Large Filter Clause Performance

I have a list of 10,000+ series that I need to be able to get the last value for. Currently I am either doing them one at a time (not the most performant) or I am batching them into groups of 10-100 and querying that way (performance is a little better). The communication between the API and Influx is main thing slowing things down so id like to minimize the amount calls as much as possible.

Ive read that there are performance issues with the contains function so I don’t think that is a great option. Ive also read that I can create multiple streams and union them together however with that comes the overhead of programmatically creating the flux script for very dynamic series/measurements/tag keys/fields. it will also most likely result in batching because of the amount of filters ill need to pull this off in my specific case.

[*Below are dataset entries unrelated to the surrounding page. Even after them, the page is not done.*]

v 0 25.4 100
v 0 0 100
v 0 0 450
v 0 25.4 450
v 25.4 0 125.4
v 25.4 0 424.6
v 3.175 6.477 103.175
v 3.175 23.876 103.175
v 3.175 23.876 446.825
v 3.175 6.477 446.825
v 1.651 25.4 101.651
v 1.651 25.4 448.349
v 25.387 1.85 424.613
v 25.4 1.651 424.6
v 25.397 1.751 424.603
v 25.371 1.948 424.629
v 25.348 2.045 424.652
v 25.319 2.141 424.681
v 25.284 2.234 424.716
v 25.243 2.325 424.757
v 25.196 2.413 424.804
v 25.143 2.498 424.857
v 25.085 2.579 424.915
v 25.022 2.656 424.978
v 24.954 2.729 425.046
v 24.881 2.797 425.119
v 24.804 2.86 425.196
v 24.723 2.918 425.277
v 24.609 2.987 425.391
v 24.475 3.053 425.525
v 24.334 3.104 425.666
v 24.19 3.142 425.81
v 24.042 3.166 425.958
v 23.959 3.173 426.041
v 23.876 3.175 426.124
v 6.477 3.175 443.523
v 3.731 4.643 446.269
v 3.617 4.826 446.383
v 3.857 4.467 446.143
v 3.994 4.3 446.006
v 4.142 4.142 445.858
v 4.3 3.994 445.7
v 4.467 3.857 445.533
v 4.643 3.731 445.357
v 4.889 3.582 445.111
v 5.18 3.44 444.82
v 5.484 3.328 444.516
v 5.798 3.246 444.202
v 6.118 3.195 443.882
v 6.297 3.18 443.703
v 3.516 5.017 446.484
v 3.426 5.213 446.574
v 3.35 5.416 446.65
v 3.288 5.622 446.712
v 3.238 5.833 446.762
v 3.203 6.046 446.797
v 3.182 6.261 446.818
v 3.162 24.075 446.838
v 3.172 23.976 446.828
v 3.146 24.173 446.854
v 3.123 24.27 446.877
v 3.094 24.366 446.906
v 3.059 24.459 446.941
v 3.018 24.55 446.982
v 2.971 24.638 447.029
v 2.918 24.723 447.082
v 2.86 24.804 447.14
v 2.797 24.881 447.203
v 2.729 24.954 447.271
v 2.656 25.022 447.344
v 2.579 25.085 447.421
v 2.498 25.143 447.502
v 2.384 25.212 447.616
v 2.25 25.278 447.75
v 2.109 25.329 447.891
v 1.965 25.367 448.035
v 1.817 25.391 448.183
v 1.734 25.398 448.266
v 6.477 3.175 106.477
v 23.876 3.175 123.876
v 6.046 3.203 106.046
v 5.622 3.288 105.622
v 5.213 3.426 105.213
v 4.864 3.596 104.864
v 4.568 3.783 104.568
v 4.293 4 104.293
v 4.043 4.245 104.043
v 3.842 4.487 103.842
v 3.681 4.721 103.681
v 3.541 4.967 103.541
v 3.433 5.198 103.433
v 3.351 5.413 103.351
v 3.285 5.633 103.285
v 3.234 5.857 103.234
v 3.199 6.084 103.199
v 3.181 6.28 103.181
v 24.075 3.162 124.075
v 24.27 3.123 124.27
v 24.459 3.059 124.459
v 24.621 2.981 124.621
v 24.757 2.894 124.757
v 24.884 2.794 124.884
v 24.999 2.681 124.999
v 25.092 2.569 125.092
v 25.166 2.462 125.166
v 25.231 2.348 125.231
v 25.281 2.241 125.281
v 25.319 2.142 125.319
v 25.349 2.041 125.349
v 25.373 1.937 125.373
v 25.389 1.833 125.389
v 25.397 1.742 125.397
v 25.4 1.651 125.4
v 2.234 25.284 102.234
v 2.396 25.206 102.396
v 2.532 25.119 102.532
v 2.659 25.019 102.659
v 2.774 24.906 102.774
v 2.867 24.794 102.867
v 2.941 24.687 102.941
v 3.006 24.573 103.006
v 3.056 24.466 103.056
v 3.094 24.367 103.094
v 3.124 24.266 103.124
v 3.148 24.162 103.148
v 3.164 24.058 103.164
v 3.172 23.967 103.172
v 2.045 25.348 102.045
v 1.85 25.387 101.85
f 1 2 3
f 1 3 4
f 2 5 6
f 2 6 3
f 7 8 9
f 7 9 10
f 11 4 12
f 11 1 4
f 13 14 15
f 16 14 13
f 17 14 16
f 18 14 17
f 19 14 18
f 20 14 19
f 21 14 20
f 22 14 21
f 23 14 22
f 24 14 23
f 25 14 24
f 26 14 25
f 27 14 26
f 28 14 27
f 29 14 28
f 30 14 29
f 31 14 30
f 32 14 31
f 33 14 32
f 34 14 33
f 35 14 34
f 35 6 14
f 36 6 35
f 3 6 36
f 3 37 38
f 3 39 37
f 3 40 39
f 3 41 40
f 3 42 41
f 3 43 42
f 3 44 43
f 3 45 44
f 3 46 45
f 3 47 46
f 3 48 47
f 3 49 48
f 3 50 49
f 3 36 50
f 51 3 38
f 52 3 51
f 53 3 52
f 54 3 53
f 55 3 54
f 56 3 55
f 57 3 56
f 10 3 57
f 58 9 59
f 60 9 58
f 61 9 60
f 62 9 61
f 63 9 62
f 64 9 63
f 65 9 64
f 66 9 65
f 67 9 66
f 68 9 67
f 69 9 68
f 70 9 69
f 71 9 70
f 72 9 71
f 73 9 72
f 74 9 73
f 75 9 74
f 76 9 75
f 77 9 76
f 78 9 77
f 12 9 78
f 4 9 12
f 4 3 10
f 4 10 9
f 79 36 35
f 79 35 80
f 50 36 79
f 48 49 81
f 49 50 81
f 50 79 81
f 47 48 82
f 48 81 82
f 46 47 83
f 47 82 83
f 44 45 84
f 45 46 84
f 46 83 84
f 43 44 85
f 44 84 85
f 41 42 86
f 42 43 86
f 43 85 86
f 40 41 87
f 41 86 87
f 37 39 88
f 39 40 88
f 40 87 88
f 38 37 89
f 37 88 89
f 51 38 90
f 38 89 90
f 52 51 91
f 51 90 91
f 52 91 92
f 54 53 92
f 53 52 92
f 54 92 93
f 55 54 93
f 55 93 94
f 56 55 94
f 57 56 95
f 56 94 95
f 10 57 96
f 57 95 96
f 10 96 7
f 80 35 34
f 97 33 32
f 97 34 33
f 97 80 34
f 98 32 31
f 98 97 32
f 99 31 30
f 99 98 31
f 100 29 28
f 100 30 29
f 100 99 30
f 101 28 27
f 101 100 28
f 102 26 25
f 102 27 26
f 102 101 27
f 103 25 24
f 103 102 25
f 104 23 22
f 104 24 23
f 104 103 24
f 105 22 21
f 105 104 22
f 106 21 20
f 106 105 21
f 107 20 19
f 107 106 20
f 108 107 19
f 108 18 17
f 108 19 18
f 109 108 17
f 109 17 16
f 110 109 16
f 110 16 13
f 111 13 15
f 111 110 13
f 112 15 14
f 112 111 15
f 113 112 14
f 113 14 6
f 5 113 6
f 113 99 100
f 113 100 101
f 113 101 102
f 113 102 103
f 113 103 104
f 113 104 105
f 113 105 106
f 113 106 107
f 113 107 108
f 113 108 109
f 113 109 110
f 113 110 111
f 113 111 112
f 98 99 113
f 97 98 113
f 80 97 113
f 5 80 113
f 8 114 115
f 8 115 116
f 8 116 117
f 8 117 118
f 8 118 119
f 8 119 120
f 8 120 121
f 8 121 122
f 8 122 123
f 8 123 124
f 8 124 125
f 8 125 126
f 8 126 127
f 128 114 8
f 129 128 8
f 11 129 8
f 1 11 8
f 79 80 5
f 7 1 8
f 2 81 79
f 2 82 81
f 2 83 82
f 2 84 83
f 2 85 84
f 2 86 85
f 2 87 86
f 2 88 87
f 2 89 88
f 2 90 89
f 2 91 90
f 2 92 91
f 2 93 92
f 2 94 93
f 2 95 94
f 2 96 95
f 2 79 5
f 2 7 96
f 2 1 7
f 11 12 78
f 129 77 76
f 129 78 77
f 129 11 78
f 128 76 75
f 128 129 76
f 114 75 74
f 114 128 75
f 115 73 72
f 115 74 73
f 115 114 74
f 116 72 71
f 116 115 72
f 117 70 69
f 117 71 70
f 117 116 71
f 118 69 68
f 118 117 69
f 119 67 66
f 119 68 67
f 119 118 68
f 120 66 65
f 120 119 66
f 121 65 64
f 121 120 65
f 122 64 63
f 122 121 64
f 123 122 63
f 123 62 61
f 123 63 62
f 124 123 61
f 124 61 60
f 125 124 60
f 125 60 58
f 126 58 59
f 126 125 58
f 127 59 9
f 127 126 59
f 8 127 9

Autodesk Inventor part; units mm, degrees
ref_plane "Start Plane" through (0, 0, 100) normal (0, 0, 1) x (1, 0, 0)
ref_plane "End Plane" through (0, 0, 450) normal (0, 0, 1) x (1, 0, 0)
sketch "Sketch" plane through (0, 0, 0) normal (0, 0, 1) x (1, 0, 0)
  line L0 (25.4, 0) -> (0, 0)
  line L1 (0, 0) -> (0, 25.4)
  line L2 (0, 25.4) -> (1.651, 25.4)
  line L3 (3.175, 23.876) -> (3.175, 6.477)
  line L4 (6.477, 3.175) -> (23.876, 3.175)
  line L5 (25.4, 1.651) -> (25.4, 0)
  line L6 (0, -11.0414) -> (0, 31.5385) construction
  line L7 (-11.0414, 0) -> (31.5385, 0) construction
  arc A0 (3.175, 6.477) -> (6.477, 3.175) centre (6.477, 6.477) ccw
  arc A1 (3.175, 23.876) -> (1.651, 25.4) centre (1.651, 23.876) ccw
  arc A2 (25.4, 1.651) -> (23.876, 3.175) centre (23.876, 1.651) ccw
  line L8 (0, 40.0545) -> (0, -19.5574) construction
  line L9 (-19.5574, 0) -> (40.0545, 0) construction
  point P0 (3.175, 25.4)
  point P1 (3.175, 3.175)
  point P2 (25.4, 3.175)
  dimension "d0" = 25.4
  dimension "d1" = 25.4
  dimension "d2" = 3.175
  dimension "d3" = 3.175
  dimension "d10" = 0
  dimension "d11" = 0
  dimension "d14" = 3.302
  dimension "d15" = 1.524
extrude "Body" add sketch "Sketch" along normal up to surface (350 mm away) from surface at 100
sketch "Sketch3" plane through (0, 0, 0) normal (0, 0, 1) x (1, 0, 0)
  line L0 (0, 0) -> (10, 0)
ref_plane "Work Plane3" through (0, 0, 0) normal (0, -1, 0) x (1, 0, 0)
ref_plane "Work Plane4" through (0, 12.7, 100) normal (0.7071, 0, -0.7071) x (-0.7071, 0, -0.7071)
split "Split1" plane through (0, 12.7, 100) removes the side toward (0.7071, 0, -0.7071)
ref_plane "Work Plane5" through (0, 12.7, 450) normal (0.7071, 0, 0.7071) x (0.7071, 0, -0.7071)
split "Split2" plane through (0, 12.7, 450) removes the side toward (0.7071, 0, 0.7071)
sketch "Sketch4" plane through (0, 0, 0) normal (0, -1, 0) x (1, 0, 0)
  line L0 (-2, 100) -> (12, 100) projected
  line L1 (-2, 450) -> (12, 450) projected
  dimension "d17" = 350
equation "\"d0\" = G_H"
equation "\"d1\" = G_H"
equation "\"d2\" = G_T"
equation "\"d3\" = G_T"
equation "\"d14\" = G_IR"
equation "\"d15\" = G_ER"
equation "\"d4\" = G_L"
equation "\"G_H\" = 25.4"
equation "\"G_T\" = 3.175"
equation "\"G_ER\" = 1.524"
equation "\"G_IR\" = 3.302"
equation "\"G_L\" = d17"
equation "\"ex\" = 0"
equation "\"G_OFFSET_START\" = -100"
equation "\"G_OFFSET_END\" = 0"
equation "\"d12\" = -G_OFFSET_START"
equation "\"d13\" = G_OFFSET_END + B_L"
equation "\"B_L\" = 450"
properties part number "AISC - L 1 x 1 x 1/8 - 13.78" material "Steel, Mild"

I’m wondering if there have been any improvements in the past month that I might be able to take advantage of here. I’m using the .net InfluxDB API to interface with Influx. Is anyone else doing this or know of a good way of doing this? Is there a way to pass multiple flux scripts at one time instead of only passing one at a time? That would at least eliminate the amount of calls needed from Client to Server which would improve performance quite a bit.

@scott ive found this suggestion you made and am in the process of attempting it. however as ive been working on it ive realized just how much filtering ill still need and I’m starting to think this may not work for my specific case. Ill need at least one filter per series (if not more) and the last time I tried putting that many filters in a flux script it did not work. Are you aware of any improvements to this and or have any other suggestions for me to try? Would love to test some new ideas and see if I can help simplify this area of filtering.

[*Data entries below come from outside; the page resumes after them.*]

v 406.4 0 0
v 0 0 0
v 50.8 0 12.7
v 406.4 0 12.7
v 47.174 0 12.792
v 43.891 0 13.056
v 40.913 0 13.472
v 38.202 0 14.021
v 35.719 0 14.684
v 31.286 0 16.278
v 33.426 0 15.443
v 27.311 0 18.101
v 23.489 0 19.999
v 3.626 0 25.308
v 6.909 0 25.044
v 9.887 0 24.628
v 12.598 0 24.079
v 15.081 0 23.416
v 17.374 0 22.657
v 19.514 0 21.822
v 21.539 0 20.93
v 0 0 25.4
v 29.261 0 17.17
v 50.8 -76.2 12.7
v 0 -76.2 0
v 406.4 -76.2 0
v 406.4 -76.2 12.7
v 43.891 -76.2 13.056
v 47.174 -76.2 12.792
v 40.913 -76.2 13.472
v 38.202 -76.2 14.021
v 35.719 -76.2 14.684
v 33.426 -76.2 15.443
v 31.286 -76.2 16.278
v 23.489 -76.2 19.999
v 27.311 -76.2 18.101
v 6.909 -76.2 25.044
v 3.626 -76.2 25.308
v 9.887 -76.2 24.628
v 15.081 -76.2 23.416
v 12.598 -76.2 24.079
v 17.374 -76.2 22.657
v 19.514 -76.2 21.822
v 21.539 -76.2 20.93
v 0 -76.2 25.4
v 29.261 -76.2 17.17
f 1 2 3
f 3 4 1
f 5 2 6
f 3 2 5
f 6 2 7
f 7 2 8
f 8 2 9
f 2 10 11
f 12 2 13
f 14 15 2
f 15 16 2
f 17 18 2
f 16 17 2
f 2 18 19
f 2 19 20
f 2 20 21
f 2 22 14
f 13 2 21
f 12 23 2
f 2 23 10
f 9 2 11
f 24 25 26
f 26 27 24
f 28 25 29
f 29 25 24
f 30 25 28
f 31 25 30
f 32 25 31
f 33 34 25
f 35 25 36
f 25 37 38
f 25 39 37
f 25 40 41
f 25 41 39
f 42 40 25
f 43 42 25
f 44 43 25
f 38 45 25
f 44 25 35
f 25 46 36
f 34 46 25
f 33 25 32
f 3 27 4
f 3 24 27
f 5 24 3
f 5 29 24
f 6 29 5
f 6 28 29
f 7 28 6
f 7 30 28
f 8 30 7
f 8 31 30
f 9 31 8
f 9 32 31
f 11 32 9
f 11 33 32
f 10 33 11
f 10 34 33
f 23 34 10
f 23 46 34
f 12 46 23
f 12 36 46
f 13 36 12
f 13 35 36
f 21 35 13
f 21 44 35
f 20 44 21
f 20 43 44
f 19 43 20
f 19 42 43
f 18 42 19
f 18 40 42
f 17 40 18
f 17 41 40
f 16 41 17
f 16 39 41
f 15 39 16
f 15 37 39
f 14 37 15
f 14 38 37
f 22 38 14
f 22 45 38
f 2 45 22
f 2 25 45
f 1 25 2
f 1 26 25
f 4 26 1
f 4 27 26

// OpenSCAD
use <bezier.scad>;

width = 3*25.4;
length = 16*25.4;
height1 = 25.4;
height2 = 25.4/2;

delta = height1-height2;
top = [[0,height1],POLAR(2*delta,0),POLAR(2*delta,180),[4*delta,height2], SHARP(), SHARP(), [length,height2]];
echo(top);
side = concat(Bezier(top),[[length,0],[0,0]]);

//projection()
rotate([90,0,0]) linear_extrude(height=width) polygon(side);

@ticchioned Do you have an example query of how you’re currently querying the last values from each series? Do you need the last values in all series, or specific series?

@scott There are times where I get all of the series however that is rather simple and not really what I’m referring to here. I am struggling to find a good way to get specific series. Here is a rather small and simple example. Currently I return all of the fields, however I really only need two per series. And again, I’m batching these calls depending on how much data is being requested. I find that the main thing bogging the calls down is the amount of time it takes for the client and server to communicate, not the query itself. The query is rather quick, I just need a lot of them which results in a lot of communication between the server and client.

from(bucket: "Database")
|> range(start: 0)
|> filter(fn: (r) => (r._measurement == "LightIsOn") or (r._measurement == "AirTemp" and r.EngUnit == "Deg F") or (r._measurement == "PumpRPM") or (r._measurement == "AquaPurePct" and r.EngUnit == "%") or (r._measurement == "FilterPumpIsOn") or (r._measurement == "PoolTemp" and r.EngUnit == "Deg F") or (r._measurement == "IsChlorineBoosting") or (r._measurement == "Salt" and r.EngUnit == "PPM") or (r._measurement == "PhaseA.Energy") or (r._measurement == "PhaseA.Power"))
|> last()

Ok, I think I understand. So you’re trying to find a way around batching to minimize client-server interaction? What you could do here is utilize named yields (named results included in a single result set). You could include all “batches” in a single query where each uses yield() to name the tables specific to that “batch”. For example:

// Batch 1
from(...) |> range(...) |> filter(...) |> yield(name: "batch1")

// Batch 2
from(...) |> range(...) |> filter(...) |> yield(name: "batch2")

// Batch 3
from(...) |> range(...) |> filter(...) |> yield(name: "batch3")

In the raw annotated CSV that gets returned from the query, there is a result column that identifies the name of the yield the row comes from: For example, annotated CSV returned from the example above would look something like this:

#group,false,false,true,true,false,false,true,true
#datatype,string,long,dateTime:RFC3339,dateTime:RFC3339,dateTime:RFC3339,double,string,string
#default,mean,,,,,,,
,result,table,_start,_stop,_time,_value,_field,_measurement
,batch1,0,1970-01-01T00:00:00Z,2023-06-20T15:30:00Z,2023-01-01T00:52:00Z,15.43,mem,m
,batch2,1,1970-01-01T00:00:00Z,2023-06-20T15:30:00Z,2023-01-01T00:52:00Z,59.25,mem,m
,batch3,2,1970-01-01T00:00:00Z,2023-06-20T15:30:00Z,2023-01-01T00:52:00Z,52.62,mem,m

Once you have the result back client-side, you could use the yield/result name to further process the data.

This looks like it could work. I will give it a go and let you know the results. Out of curiosity, do you know how many batches flux would be able to handle in one script?

As far as I know, there is no upper limit on the number of yields you can have in a query.

It looks like this has sped things up by about 30 seconds which is a wonderful improvement for the time being. Thank you!